### Required action:
Reproduce only the stretch of entries below that begins at the first line and ends at the line holding "v 66 65.4 -0.4".

*** Records shown ***

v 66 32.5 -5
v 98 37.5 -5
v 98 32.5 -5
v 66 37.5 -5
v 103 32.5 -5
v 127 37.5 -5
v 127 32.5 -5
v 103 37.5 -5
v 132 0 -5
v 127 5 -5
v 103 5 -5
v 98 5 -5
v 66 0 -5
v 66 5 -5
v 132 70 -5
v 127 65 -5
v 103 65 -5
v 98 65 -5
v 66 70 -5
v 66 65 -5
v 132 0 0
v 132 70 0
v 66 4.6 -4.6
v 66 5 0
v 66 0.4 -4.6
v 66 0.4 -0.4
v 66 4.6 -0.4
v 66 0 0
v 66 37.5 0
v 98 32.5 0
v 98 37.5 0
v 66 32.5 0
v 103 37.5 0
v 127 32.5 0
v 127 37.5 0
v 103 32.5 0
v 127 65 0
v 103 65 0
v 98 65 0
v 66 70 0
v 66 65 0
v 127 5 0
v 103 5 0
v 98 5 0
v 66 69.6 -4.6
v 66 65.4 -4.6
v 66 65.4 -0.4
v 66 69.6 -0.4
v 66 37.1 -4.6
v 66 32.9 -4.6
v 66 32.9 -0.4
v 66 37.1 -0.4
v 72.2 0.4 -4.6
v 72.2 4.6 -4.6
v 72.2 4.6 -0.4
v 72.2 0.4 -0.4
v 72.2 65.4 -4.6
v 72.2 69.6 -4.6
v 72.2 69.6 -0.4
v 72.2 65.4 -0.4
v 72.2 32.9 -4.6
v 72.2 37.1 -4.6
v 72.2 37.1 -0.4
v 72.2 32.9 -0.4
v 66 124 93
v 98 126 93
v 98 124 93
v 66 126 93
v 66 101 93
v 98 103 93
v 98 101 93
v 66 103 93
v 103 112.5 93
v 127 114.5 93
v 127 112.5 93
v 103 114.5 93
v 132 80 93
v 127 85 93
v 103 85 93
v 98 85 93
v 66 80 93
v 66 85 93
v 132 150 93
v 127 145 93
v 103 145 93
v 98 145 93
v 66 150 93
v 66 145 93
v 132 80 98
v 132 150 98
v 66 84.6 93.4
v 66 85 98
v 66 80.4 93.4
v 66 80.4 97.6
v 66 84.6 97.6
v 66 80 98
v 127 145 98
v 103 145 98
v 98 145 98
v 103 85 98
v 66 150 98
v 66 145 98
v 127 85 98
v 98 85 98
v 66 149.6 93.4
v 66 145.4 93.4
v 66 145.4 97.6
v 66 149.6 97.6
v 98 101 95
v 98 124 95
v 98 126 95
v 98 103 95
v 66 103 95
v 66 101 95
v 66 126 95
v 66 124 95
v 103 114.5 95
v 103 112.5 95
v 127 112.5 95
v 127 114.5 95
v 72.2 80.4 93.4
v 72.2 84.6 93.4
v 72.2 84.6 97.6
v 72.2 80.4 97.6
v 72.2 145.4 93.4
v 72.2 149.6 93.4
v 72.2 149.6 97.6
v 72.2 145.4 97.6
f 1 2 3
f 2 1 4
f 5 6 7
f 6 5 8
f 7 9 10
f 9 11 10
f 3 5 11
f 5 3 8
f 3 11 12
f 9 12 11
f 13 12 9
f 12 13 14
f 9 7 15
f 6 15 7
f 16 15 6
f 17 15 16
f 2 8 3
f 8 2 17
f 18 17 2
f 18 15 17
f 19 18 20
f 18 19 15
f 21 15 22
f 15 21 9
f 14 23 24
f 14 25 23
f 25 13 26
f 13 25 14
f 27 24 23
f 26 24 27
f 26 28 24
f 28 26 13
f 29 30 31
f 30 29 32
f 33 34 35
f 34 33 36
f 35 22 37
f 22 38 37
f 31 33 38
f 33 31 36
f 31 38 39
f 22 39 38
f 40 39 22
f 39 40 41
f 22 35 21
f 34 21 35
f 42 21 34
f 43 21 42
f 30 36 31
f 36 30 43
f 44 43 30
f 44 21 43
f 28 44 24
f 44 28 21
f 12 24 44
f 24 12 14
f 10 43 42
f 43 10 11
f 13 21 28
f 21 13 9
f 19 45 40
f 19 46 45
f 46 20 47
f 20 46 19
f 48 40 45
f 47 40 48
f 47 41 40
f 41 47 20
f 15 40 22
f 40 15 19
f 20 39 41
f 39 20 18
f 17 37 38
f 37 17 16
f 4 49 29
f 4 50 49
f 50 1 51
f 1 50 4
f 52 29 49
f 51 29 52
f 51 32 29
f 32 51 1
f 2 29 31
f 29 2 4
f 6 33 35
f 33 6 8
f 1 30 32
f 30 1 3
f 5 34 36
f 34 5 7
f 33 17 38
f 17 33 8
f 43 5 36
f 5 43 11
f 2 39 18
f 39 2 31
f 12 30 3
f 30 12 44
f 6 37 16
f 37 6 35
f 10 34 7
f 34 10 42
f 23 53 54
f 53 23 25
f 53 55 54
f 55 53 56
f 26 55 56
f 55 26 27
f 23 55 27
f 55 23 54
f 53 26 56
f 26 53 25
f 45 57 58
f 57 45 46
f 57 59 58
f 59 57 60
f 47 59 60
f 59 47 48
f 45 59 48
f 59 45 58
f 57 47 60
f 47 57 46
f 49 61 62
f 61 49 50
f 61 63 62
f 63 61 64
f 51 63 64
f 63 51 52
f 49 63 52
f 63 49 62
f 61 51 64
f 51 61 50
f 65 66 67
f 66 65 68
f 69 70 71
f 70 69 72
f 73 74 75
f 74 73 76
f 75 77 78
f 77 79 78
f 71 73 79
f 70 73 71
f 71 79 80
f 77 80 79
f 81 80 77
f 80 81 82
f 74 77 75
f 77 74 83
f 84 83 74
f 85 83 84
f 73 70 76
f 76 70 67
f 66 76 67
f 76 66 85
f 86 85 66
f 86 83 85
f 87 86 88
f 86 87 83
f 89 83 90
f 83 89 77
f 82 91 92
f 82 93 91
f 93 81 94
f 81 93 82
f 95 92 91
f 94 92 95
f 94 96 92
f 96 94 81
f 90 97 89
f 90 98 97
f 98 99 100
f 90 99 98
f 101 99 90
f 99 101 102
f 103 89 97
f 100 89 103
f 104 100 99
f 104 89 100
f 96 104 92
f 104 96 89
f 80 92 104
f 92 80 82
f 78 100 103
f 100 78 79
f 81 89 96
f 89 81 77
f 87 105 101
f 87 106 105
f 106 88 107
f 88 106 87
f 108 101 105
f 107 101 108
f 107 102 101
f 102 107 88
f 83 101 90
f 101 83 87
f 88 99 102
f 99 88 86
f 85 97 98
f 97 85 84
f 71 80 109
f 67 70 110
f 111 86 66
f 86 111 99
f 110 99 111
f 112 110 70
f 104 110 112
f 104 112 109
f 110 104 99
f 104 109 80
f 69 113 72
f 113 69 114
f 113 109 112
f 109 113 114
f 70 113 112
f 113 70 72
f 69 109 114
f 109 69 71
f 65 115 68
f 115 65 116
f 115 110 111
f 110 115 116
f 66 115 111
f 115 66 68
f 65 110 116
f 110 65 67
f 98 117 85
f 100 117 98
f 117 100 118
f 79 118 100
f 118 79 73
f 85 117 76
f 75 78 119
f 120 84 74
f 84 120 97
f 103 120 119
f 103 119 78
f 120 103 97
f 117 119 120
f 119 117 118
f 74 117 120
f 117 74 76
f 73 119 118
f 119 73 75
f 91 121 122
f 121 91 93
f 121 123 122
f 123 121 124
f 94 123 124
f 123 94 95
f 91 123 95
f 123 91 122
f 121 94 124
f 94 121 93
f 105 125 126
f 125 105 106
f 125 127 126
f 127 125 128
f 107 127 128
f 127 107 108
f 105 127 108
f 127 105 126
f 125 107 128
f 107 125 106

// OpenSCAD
// Neato XV Signature Pro - Right Pod SIDES
// Sockets (4.8x4.8mm x 6mm deep) in bottom of each corner/center post
// accept matching bosses from right_pod_base.scad.
//
// PRINT ORIENTATION: lay frame flat on its OUTER face (the face facing
// away from robot). Posts print horizontally — stronger layer lines,
// faster print than vertical orientation.
// No supports needed.

// ============================================================
// PARAMETERS (must match right_pod_base.scad)
// ============================================================

pod_width  = 103;
pod_depth  = 70;
pod_height = 66;

rail_w = 5;

mid_beam_z = 32;  // raised to clear ports (board at 14mm, ports span 14-29mm)

// Port-aware inner rail gap positions (measured from ruler)
port_post_nic_usb3  = 22;
port_post_usb3_usb2 = 45;
thin_post = 2;

// Socket dimensions — fit over 4x4mm bosses with 0.2mm clearance
// 4.2mm socket fits inside 5mm rail with 0.4mm wall each side
socket_size  = 4.2;
socket_depth = 6.2;  // slightly deeper than boss for easy assembly

// ============================================================
// MODULES
// ============================================================

module socket() {
    translate([-socket_size/2, -socket_size/2, 0])
        cube([socket_size, socket_size, socket_depth]);
}

module outer_side() {
    difference() {
        union() {
            // Back post
            cube([rail_w, rail_w, pod_height]);
            // Front post
            translate([0, pod_depth - rail_w, 0])
                cube([rail_w, rail_w, pod_height]);
            // Center post
            translate([0, pod_depth/2 - rail_w/2, 0])
                cube([rail_w, rail_w, pod_height]);
            // Mid horizontal
            translate([0, 0, mid_beam_z])
                cube([rail_w, pod_depth, rail_w]);
            // Top horizontal
            translate([0, 0, pod_height - rail_w])
                cube([rail_w, pod_depth, rail_w]);
        }
        // Sockets in base of posts
        translate([rail_w/2, rail_w/2, 0])           socket();  // back
        translate([rail_w/2, pod_depth - rail_w/2, 0]) socket();  // front
        translate([rail_w/2, pod_depth/2, 0])          socket();  // center
    }
}

module inner_side() {
    difference() {
        union() {
            // Back corner post (NIC side)
            translate([pod_width - rail_w, 0, 0])
                cube([rail_w, rail_w, pod_height]);
            // Front corner post (USB side)
            translate([pod_width - rail_w, pod_depth - rail_w, 0])
                cube([rail_w, rail_w, pod_height]);
            // Thin inter-port posts (reach up to mid beam)
            translate([pod_width - thin_post, port_post_nic_usb3 - thin_post/2, 0])
                cube([thin_post, thin_post, mid_beam_z]);
            translate([pod_width - thin_post, port_post_usb3_usb2 - thin_post/2, 0])
                cube([thin_post, thin_post, mid_beam_z]);
            // Mid horizontal beam
            translate([pod_width - rail_w, 0, mid_beam_z])
                cube([rail_w, pod_depth, rail_w]);
            // Single center post above mid beam
            translate([pod_width - thin_post, (port_post_nic_usb3 + port_post_usb3_usb2)/2 - thin_post/2, mid_beam_z + rail_w])
                cube([thin_post, thin_post, pod_height - mid_beam_z - rail_w*2]);
            // Top horizontal beam
            translate([pod_width - rail_w, 0, pod_height - rail_w])
                cube([rail_w, pod_depth, rail_w]);
        }
        // Sockets in base of corner posts only
        translate([pod_width - rail_w/2, rail_w/2, 0])           socket();  // back
        translate([pod_width - rail_w/2, pod_depth - rail_w/2, 0]) socket();  // front
    }
}

// ============================================================
// MAIN
// Each side rotated 90° on X axis so it lies flat on the print bed.
// Posts print horizontally — stronger layer adhesion, faster print.
// ============================================================

// Outer side — rotate flat, flip so outer face is on bed
translate([pod_height, 0, 0])
rotate([0, 90, 0])
outer_side();

// Inner side — rotate flat, shift geometry to Z=0, offset in Y
translate([pod_height, pod_depth + 10, pod_width - rail_w])
rotate([0, 90, 0])
translate([-(pod_width - rail_w), 0, 0])
inner_side();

*** End of Records shown ***

### Completed task:
v 66 32.5 -5
v 98 37.5 -5
v 98 32.5 -5
v 66 37.5 -5
v 103 32.5 -5
v 127 37.5 -5
v 127 32.5 -5
v 103 37.5 -5
v 132 0 -5
v 127 5 -5
v 103 5 -5
v 98 5 -5
v 66 0 -5
v 66 5 -5
v 132 70 -5
v 127 65 -5
v 103 65 -5
v 98 65 -5
v 66 70 -5
v 66 65 -5
v 132 0 0
v 132 70 0
v 66 4.6 -4.6
v 66 5 0
v 66 0.4 -4.6
v 66 0.4 -0.4
v 66 4.6 -0.4
v 66 0 0
v 66 37.5 0
v 98 32.5 0
v 98 37.5 0
v 66 32.5 0
v 103 37.5 0
v 127 32.5 0
v 127 37.5 0
v 103 32.5 0
v 127 65 0
v 103 65 0
v 98 65 0
v 66 70 0
v 66 65 0
v 127 5 0
v 103 5 0
v 98 5 0
v 66 69.6 -4.6
v 66 65.4 -4.6
v 66 65.4 -0.4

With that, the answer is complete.